Rosecroft layoffs might follow cuts at Pimlico, Laurel

100-125 additional jobs endangered by dispute

Horse Racing

April 21, 2004|By Tom Keyser | Tom Keyser,SUN STAFF

NORTH EAST - Rosecroft Raceway might lay off 100 to 125 employees within two weeks, and Pimlico and Laurel Park have already laid off 20 to 25 workers as the result of a dispute over simulcast revenues, heads of the tracks said yesterday.

News of the layoffs emerged during the Maryland Racing Commission's contentious hearing of Northwind Racing's application to buy Rosecroft, a harness track in Prince George's County. The commission met at the North East Racing and Sports Club - the former Poor Jimmy's OTB - and will resume the hearing this morning at Pimlico.

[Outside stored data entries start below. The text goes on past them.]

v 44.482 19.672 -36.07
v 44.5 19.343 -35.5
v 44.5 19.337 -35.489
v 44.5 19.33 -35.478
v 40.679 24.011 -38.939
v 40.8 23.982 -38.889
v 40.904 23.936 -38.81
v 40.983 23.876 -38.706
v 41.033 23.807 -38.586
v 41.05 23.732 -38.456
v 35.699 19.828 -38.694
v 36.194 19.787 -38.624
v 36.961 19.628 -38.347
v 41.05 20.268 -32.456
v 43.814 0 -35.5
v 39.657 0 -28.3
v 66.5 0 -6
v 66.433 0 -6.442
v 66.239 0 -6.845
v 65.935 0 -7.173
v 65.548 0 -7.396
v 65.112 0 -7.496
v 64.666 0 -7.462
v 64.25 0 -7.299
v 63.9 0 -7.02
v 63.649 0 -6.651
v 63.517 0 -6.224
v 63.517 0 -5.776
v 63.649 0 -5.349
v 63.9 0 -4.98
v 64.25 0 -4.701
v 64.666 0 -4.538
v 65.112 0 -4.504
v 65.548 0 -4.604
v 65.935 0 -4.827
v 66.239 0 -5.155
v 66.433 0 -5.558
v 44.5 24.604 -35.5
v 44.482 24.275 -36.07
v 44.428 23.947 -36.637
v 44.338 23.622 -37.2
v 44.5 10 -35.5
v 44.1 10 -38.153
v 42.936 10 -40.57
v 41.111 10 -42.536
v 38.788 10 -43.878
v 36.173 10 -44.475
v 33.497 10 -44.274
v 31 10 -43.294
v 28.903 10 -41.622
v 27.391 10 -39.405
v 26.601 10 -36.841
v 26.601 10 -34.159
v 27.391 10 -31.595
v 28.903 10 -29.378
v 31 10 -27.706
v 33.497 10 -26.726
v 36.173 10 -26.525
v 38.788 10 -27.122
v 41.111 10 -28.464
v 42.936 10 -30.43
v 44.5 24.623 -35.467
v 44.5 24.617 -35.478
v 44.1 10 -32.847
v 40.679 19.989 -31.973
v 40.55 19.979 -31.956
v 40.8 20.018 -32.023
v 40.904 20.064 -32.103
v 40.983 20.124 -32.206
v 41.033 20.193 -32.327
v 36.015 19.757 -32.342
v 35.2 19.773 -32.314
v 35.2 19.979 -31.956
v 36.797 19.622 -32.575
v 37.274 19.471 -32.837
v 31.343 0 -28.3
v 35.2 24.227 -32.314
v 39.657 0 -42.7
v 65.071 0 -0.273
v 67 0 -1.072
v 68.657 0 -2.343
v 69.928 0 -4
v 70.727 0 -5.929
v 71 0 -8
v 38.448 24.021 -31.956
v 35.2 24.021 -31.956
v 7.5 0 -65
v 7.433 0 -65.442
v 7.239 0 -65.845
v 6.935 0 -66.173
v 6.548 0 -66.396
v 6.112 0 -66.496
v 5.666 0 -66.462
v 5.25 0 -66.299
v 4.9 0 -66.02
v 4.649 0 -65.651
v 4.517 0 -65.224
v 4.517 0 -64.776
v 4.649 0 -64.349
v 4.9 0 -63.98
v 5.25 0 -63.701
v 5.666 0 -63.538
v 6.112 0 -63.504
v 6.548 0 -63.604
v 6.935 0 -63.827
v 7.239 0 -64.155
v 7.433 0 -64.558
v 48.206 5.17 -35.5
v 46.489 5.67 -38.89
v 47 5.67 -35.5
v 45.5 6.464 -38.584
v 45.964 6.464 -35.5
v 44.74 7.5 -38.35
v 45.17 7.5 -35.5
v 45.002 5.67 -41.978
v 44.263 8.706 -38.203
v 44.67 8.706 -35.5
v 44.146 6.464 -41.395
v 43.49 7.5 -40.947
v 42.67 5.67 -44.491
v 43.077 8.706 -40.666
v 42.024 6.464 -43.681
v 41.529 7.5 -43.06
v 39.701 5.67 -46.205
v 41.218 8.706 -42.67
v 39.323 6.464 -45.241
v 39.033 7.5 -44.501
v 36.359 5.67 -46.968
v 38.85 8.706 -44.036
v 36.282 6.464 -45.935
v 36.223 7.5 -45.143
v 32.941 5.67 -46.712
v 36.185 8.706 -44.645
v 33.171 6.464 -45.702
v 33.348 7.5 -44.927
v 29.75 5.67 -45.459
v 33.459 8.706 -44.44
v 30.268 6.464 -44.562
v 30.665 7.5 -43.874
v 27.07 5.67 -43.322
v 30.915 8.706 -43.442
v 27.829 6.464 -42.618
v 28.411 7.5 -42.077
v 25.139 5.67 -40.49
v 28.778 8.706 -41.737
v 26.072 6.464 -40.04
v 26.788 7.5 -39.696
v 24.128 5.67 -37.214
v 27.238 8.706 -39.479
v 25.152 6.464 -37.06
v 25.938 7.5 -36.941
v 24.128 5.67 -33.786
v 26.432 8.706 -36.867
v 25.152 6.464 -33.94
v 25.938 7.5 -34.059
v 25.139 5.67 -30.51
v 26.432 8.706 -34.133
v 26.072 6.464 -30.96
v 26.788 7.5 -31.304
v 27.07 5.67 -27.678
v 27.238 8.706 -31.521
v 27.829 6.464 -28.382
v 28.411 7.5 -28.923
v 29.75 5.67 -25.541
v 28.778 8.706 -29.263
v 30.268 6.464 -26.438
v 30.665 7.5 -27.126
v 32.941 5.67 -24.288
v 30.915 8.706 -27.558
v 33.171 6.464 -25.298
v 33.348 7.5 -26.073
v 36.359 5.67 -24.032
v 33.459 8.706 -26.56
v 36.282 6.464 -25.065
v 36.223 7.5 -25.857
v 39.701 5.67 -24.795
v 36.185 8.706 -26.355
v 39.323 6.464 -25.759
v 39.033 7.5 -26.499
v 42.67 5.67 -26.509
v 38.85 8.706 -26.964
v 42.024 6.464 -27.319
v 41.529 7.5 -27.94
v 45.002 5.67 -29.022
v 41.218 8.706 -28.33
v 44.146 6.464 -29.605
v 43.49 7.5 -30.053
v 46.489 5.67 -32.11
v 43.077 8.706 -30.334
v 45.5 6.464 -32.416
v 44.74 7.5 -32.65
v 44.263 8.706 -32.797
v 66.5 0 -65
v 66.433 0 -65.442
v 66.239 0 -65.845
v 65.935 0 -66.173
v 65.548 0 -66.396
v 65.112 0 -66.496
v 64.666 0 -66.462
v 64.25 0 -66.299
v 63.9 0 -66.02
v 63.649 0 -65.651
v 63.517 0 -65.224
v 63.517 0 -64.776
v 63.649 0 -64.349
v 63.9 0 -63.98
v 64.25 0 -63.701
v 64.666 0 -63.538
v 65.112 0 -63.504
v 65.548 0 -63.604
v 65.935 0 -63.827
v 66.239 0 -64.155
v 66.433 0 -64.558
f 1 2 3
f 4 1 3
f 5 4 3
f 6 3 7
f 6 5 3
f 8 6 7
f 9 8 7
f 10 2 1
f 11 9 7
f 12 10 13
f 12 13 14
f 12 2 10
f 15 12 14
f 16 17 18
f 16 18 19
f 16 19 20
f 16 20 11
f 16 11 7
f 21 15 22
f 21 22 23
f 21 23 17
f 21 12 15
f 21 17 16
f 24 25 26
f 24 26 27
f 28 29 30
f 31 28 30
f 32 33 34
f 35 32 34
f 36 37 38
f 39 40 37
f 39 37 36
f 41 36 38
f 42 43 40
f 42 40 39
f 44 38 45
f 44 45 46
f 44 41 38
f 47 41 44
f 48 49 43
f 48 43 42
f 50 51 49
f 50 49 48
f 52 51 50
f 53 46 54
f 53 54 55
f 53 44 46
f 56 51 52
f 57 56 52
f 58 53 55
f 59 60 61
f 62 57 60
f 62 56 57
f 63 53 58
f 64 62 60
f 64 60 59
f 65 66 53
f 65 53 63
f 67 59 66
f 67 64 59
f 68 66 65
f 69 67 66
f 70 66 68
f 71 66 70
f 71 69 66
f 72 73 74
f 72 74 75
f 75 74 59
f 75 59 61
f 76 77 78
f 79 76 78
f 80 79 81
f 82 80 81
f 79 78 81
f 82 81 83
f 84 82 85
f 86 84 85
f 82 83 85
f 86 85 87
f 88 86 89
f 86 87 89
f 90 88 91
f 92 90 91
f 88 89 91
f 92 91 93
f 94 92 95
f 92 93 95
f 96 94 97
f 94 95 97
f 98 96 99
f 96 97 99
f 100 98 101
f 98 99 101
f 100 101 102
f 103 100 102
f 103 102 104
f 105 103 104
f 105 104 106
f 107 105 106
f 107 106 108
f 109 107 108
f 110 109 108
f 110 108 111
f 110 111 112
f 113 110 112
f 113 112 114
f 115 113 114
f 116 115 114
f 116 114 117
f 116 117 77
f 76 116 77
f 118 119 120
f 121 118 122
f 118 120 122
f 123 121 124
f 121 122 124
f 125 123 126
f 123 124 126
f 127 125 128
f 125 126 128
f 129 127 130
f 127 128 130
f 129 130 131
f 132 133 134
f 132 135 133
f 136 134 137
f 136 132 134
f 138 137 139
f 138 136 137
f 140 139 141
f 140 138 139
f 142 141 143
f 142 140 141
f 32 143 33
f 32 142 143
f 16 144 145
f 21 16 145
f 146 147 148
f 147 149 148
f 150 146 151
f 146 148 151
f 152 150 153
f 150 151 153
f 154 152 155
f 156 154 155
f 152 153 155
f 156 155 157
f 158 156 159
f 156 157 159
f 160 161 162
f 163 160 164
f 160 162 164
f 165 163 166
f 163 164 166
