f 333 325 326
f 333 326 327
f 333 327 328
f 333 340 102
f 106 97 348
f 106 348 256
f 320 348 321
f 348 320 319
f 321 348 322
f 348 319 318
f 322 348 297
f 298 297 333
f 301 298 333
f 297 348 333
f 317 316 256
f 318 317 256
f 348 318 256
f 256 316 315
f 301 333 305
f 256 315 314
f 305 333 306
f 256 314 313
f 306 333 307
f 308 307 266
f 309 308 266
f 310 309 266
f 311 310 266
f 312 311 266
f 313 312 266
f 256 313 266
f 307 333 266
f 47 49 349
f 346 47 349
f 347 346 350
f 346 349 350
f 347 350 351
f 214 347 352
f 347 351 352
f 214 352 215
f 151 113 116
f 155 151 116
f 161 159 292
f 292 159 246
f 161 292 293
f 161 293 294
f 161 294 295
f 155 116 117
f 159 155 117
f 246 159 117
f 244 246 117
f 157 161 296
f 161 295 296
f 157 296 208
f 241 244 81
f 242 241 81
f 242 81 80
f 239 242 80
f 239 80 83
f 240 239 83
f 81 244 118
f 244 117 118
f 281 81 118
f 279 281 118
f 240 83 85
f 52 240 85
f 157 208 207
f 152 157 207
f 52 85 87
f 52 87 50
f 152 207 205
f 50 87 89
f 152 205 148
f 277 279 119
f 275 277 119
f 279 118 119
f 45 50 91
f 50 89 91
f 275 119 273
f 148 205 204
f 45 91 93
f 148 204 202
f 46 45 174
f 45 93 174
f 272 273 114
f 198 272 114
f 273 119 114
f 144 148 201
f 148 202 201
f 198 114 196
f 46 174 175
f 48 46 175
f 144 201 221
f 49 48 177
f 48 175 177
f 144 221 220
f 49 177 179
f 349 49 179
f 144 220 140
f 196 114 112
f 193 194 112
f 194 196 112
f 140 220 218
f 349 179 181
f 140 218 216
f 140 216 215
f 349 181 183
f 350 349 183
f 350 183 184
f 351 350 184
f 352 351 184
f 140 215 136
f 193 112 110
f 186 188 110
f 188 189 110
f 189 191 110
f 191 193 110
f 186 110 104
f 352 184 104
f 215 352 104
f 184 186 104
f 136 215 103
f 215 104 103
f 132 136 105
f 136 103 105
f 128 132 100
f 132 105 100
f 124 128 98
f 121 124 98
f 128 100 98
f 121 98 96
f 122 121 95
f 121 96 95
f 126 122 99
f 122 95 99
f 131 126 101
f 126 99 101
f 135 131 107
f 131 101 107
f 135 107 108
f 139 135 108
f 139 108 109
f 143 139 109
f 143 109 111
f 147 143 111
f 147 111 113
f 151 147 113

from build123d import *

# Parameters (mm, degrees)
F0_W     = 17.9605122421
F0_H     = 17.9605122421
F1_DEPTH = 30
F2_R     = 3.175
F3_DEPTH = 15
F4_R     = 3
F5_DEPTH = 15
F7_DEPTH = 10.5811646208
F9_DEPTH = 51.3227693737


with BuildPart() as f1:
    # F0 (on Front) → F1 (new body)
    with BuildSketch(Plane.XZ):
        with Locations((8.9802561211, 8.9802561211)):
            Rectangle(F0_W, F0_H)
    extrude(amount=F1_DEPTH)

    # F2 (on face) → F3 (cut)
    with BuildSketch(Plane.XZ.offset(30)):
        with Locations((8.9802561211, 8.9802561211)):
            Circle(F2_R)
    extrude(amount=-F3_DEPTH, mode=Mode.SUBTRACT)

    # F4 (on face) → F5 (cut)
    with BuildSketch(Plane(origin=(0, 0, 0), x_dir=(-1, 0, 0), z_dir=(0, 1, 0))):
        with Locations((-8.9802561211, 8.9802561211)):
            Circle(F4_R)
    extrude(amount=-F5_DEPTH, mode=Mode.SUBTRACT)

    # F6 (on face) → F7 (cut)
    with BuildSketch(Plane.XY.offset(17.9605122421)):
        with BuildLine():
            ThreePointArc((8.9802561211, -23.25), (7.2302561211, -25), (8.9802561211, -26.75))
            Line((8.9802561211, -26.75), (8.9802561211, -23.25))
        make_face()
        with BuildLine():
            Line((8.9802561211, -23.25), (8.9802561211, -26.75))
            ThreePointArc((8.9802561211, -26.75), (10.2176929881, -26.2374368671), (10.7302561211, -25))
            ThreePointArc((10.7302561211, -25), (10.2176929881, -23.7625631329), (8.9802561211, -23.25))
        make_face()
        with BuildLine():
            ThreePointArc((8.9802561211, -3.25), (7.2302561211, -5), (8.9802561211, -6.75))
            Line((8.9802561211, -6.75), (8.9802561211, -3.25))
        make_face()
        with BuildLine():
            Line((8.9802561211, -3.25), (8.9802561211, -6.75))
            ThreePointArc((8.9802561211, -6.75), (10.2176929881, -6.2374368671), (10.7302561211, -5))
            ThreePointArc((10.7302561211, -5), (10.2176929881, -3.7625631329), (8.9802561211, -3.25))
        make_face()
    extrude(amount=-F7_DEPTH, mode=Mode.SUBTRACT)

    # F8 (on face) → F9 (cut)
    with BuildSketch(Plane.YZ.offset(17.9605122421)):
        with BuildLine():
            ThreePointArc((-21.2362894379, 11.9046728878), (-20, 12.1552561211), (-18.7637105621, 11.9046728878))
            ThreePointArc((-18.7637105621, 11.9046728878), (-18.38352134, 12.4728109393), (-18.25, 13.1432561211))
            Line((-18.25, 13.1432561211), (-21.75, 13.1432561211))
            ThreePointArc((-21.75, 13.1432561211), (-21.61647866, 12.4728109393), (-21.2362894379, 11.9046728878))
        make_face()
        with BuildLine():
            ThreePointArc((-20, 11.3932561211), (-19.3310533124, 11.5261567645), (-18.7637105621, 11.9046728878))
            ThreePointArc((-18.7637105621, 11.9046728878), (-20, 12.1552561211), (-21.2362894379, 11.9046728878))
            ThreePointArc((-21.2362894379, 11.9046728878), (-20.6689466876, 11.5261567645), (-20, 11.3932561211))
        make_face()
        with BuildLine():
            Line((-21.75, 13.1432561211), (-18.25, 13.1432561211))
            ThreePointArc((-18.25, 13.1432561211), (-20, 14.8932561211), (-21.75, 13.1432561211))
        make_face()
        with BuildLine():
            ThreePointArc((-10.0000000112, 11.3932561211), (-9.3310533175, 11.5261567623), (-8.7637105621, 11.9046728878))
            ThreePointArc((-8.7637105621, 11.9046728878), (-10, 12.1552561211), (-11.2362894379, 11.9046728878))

The crux of Northwind's application is that the commission allow it free access to simulcasts of thoroughbred races around the country. In the past, Rosecroft has had to buy the simulcasts from the state's thoroughbred interests. An agreement between the two sides expired March 31, prompting the renewal of an old battle.

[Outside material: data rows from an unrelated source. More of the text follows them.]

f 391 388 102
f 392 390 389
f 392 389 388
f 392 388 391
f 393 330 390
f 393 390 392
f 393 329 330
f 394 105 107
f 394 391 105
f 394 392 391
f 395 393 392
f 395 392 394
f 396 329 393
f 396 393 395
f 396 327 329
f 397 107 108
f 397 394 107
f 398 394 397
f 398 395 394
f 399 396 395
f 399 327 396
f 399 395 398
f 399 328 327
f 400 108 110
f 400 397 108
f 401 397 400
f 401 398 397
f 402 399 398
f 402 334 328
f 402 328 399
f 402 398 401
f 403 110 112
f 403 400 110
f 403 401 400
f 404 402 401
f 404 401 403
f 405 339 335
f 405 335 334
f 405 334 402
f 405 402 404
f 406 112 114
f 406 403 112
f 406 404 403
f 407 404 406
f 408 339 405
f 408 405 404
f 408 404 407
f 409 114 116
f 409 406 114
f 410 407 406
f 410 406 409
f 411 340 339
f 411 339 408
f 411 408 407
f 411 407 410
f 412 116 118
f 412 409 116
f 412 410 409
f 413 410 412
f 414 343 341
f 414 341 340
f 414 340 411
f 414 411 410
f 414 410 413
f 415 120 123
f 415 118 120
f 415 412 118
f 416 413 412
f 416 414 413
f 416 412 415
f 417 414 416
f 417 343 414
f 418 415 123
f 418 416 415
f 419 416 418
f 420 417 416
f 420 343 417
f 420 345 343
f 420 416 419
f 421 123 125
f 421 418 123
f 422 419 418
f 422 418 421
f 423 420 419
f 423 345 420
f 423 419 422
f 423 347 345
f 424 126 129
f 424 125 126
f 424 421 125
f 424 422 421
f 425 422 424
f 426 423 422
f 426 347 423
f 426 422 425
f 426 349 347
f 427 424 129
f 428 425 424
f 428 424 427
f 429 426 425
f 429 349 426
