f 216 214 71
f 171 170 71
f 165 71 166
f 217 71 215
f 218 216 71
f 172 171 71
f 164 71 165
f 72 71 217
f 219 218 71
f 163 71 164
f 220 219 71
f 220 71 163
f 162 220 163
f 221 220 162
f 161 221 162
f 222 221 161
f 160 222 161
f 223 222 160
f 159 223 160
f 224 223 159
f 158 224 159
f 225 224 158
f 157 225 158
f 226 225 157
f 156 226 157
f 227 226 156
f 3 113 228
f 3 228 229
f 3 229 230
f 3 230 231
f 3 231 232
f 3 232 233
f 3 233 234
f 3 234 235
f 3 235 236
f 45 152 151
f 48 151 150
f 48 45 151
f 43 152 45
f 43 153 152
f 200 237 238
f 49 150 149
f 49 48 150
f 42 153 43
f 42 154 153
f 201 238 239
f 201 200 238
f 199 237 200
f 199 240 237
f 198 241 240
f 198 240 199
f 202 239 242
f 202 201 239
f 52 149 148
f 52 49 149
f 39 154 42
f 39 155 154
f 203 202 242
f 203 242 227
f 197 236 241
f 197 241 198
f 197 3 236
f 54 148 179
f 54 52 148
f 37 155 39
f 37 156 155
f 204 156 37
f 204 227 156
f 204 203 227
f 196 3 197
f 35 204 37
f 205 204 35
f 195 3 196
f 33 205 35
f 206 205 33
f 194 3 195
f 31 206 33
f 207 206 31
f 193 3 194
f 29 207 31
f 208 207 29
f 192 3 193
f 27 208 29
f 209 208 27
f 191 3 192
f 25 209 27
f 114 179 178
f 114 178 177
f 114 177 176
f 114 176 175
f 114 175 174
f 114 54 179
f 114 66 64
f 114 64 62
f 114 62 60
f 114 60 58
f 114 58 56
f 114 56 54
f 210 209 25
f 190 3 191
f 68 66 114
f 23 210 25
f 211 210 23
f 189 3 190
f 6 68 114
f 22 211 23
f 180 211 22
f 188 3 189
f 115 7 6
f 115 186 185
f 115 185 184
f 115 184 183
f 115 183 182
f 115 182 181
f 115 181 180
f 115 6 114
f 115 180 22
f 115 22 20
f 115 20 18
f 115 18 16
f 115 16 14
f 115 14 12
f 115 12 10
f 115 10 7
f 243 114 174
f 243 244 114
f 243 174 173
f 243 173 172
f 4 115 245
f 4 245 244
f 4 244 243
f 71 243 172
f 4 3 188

As of Monday, the thoroughbred breeders and horsemen and the Maryland Jockey Club banned Rosecroft from showing and taking bets on any thoroughbred races. Also, Pimlico and Laurel Park began closing at night because state law says that in a dispute over simulcasting, the standardbred side can shut down the thoroughbred tracks after 6:15 p.m.

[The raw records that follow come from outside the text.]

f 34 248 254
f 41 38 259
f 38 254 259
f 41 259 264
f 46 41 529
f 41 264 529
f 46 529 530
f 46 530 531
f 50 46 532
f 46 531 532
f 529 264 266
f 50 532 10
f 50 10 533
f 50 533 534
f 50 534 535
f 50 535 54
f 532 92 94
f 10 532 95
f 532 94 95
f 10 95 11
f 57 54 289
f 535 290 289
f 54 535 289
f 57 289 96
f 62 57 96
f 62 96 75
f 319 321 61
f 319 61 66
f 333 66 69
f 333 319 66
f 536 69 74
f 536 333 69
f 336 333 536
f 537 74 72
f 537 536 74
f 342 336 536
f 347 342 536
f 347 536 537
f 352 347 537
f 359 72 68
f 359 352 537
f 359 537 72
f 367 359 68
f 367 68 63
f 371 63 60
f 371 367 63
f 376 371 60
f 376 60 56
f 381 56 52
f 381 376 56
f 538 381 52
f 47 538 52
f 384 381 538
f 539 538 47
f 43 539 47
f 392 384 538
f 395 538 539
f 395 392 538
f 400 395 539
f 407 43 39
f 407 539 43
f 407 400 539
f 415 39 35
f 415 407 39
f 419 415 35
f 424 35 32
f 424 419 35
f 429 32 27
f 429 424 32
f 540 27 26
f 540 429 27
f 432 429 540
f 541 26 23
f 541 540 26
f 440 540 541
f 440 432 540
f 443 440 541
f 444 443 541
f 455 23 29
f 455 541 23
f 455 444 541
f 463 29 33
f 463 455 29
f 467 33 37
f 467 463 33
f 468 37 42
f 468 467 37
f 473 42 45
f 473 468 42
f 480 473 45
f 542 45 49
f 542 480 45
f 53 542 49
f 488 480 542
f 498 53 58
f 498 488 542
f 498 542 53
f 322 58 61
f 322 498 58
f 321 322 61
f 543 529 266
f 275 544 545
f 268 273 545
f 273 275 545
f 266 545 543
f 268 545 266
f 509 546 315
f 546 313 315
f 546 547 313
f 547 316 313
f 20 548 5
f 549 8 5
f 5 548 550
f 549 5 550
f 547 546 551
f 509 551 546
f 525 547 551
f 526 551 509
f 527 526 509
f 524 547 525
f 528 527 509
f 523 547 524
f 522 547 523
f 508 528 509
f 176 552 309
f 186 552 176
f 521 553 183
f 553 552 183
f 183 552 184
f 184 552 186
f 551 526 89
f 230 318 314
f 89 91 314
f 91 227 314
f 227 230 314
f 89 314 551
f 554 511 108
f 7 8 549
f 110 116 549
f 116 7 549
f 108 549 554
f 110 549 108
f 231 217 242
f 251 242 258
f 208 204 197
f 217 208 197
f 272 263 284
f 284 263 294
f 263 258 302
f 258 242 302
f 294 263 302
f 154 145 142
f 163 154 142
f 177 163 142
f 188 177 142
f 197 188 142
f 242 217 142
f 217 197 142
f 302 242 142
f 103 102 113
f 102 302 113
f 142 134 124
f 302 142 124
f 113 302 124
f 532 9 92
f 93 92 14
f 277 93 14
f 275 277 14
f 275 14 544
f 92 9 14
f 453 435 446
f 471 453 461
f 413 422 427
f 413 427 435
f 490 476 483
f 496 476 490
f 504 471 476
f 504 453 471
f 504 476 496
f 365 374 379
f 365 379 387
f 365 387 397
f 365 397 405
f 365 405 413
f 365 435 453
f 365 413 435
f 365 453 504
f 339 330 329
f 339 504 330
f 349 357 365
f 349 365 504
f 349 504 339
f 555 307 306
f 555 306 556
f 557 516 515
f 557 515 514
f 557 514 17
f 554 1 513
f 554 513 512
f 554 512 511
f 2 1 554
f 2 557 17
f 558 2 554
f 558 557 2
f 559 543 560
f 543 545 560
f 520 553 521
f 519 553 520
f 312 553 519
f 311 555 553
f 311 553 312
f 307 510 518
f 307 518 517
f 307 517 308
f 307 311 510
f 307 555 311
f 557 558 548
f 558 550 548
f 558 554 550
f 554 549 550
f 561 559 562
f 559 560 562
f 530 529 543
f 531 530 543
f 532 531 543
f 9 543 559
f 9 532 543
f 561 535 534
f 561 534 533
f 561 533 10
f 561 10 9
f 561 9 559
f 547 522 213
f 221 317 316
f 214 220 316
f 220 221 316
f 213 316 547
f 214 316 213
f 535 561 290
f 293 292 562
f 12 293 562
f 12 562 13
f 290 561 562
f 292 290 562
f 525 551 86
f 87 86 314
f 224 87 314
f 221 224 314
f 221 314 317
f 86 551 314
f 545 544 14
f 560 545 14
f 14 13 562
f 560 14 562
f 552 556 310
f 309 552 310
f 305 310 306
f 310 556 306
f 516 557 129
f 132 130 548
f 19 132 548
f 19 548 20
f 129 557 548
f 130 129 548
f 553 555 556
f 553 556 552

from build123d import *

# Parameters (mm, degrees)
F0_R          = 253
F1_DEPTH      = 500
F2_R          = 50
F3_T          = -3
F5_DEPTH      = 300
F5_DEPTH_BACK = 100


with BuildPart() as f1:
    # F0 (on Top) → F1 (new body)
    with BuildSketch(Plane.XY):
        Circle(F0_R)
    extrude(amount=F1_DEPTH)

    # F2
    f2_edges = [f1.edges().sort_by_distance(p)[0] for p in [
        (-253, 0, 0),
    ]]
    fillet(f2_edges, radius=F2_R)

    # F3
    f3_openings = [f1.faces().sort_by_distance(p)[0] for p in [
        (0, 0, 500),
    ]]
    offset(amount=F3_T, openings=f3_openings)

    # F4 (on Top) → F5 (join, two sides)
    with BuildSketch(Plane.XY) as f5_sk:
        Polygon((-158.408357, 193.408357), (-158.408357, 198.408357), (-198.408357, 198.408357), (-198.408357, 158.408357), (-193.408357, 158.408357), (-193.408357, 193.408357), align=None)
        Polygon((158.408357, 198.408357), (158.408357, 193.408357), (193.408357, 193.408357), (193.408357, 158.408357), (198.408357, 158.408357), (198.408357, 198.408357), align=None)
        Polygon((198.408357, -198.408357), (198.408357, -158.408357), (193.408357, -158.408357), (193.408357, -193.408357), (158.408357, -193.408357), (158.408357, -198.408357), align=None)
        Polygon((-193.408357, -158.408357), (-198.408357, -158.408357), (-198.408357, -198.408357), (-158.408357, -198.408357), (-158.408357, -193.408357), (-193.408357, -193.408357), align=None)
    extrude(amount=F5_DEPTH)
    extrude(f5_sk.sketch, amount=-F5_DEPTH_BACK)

Tom Chuckas Jr., president and CEO of Rosecroft, said he would probably have to lay off workers to avoid bankruptcy. Rosecroft can now accept bets only on harness races, and, Chuckas said, "Harness and harness only, I can't go forward."

Joe De Francis, president and CEO of the Maryland Jockey Club, said the layoffs at Pimlico and Laurel Park were the result of being closed at night.

Meanwhile, the thoroughbred interests vigorously opposed Northwind's application to buy Rosecroft because of Northwind's intention to offer betting on thoroughbred simulcasts without compensating the state's thoroughbred industry and to develop off-track-betting facilities and a telephone-betting system that could siphon business from the thoroughbred side.

Mark Ricigliano, a Laurel businessman and Rosecroft veterinarian, owns 10 percent of Northwind. Greenwood Racing controls 90 percent. It owns Philadelphia Park and six OTBs in Pennsylvania, the PhoneBet account-wagering system and Atlantic City Race Track in New Jersey. It also has a half-interest in Freehold, a harness track in New Jersey.

Marty Jacobs, lawyer for the Maryland Jockey Club, said the thoroughbred tracks, breeders and horsemen would lose $6.5 million a year if Rosecroft was allowed free access to thoroughbred simulcasts.

Bob Green, chairman of Greenwood Racing, countered that the status quo of conflict and lack of progress "has done Maryland a disservice. It seems to me crazy that we can't get on and grow the business."

As if the issues weren't provocative enough, Terry Saxon, a member of the commission, accused the three thoroughbred owners on the commission - Al Akman, John Franzone and Lou Ulman - of being so pro-thoroughbred that "there's no way the standardbred industry can get a fair hearing before this commission."